J’ai pris un plaisir fou à pédaler. J’ai fait au cours de ces trois jours ce que j’aime le plus au monde. Au cours de ce voyage, j’ai eu la chance du débutant ; la chance de réaliser tout le chemin qu’il me reste à parcourir.

J’ai attrapé un virus. Le virus des diagonales.

C – Annexes

C.1 – Matériel à disposition

  • Un vélo avec deux roues et une selle
  • Des vêtements chauds, même sous la pluie
  • Un GPS
  • Une feuille de route
  • Un slip
  • Un couteau

C.2 – Matériel manquant

  • Une boussole mécanique
  • Un filet à provisions à accrocher sur la sacoche de guidon.
  • Un GPS
  • Une (vraie) feuille de route
  • Quelques gouttes de lubrifiant pour la chaîne

C.3 – Matériel superflu

Tout a servi.
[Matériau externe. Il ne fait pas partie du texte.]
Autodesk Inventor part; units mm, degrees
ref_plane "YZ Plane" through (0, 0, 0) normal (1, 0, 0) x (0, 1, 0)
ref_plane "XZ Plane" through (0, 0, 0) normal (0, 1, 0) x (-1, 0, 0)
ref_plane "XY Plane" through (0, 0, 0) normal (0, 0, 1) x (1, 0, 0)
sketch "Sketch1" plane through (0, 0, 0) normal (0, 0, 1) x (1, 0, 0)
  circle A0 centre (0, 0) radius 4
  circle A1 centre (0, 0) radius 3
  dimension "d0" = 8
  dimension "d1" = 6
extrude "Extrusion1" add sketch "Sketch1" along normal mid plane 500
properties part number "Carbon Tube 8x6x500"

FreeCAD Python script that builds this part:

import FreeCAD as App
import Part
import Sketcher

doc = App.newDocument("Part")
body = doc.addObject("PartDesign::Body", "Body")

# Sketch on XY plane
sketch1 = body.newObject("Sketcher::SketchObject", "Sketch")
sketch1.AttachmentSupport = (doc.getObject("XY_Plane"), [""])
sketch1.MapMode = "FlatFace"
sketch1.addGeometry(Part.Circle(App.Vector(0, 0, 0), App.Vector(0, 0, 1), 4), False)
sketch1.addGeometry(Part.Circle(App.Vector(0, 0, 0), App.Vector(0, 0, 1), 3), False)
sketch1.addConstraint(Sketcher.Constraint("Coincident", 0, 3, -1, 1))
sketch1.addConstraint(Sketcher.Constraint("Coincident", 1, 3, -1, 1))
sketch1.addConstraint(Sketcher.Constraint("Diameter", 0, 8.0))
sketch1.addConstraint(Sketcher.Constraint("Diameter", 1, 6.0))
pad1 = body.newObject("PartDesign::Pad", "Pad")
pad1.Profile = sketch1
pad1.Length = 500
pad1.Midplane = True

doc.recompute()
C’est la joie du voyage en mode gazelle (ndlr : ultra-léger).

C.4 – Les points d’amélioration

C.4.1 – Feuille de route

Le grand défi des mois – et peut-être des années – à venir, c’est de concevoir des feuilles de route qui me permettront de m’affranchir totalement du GPS.

C.4.2 – Mécanique

Le second défi est d’apprendre à connaître ma machine sur le bout des doigts et d’être à même de la réparer.

Next

18 diagonales m’attendent. Je les attends aussi. On s’attend. Ca sera en mode bivy.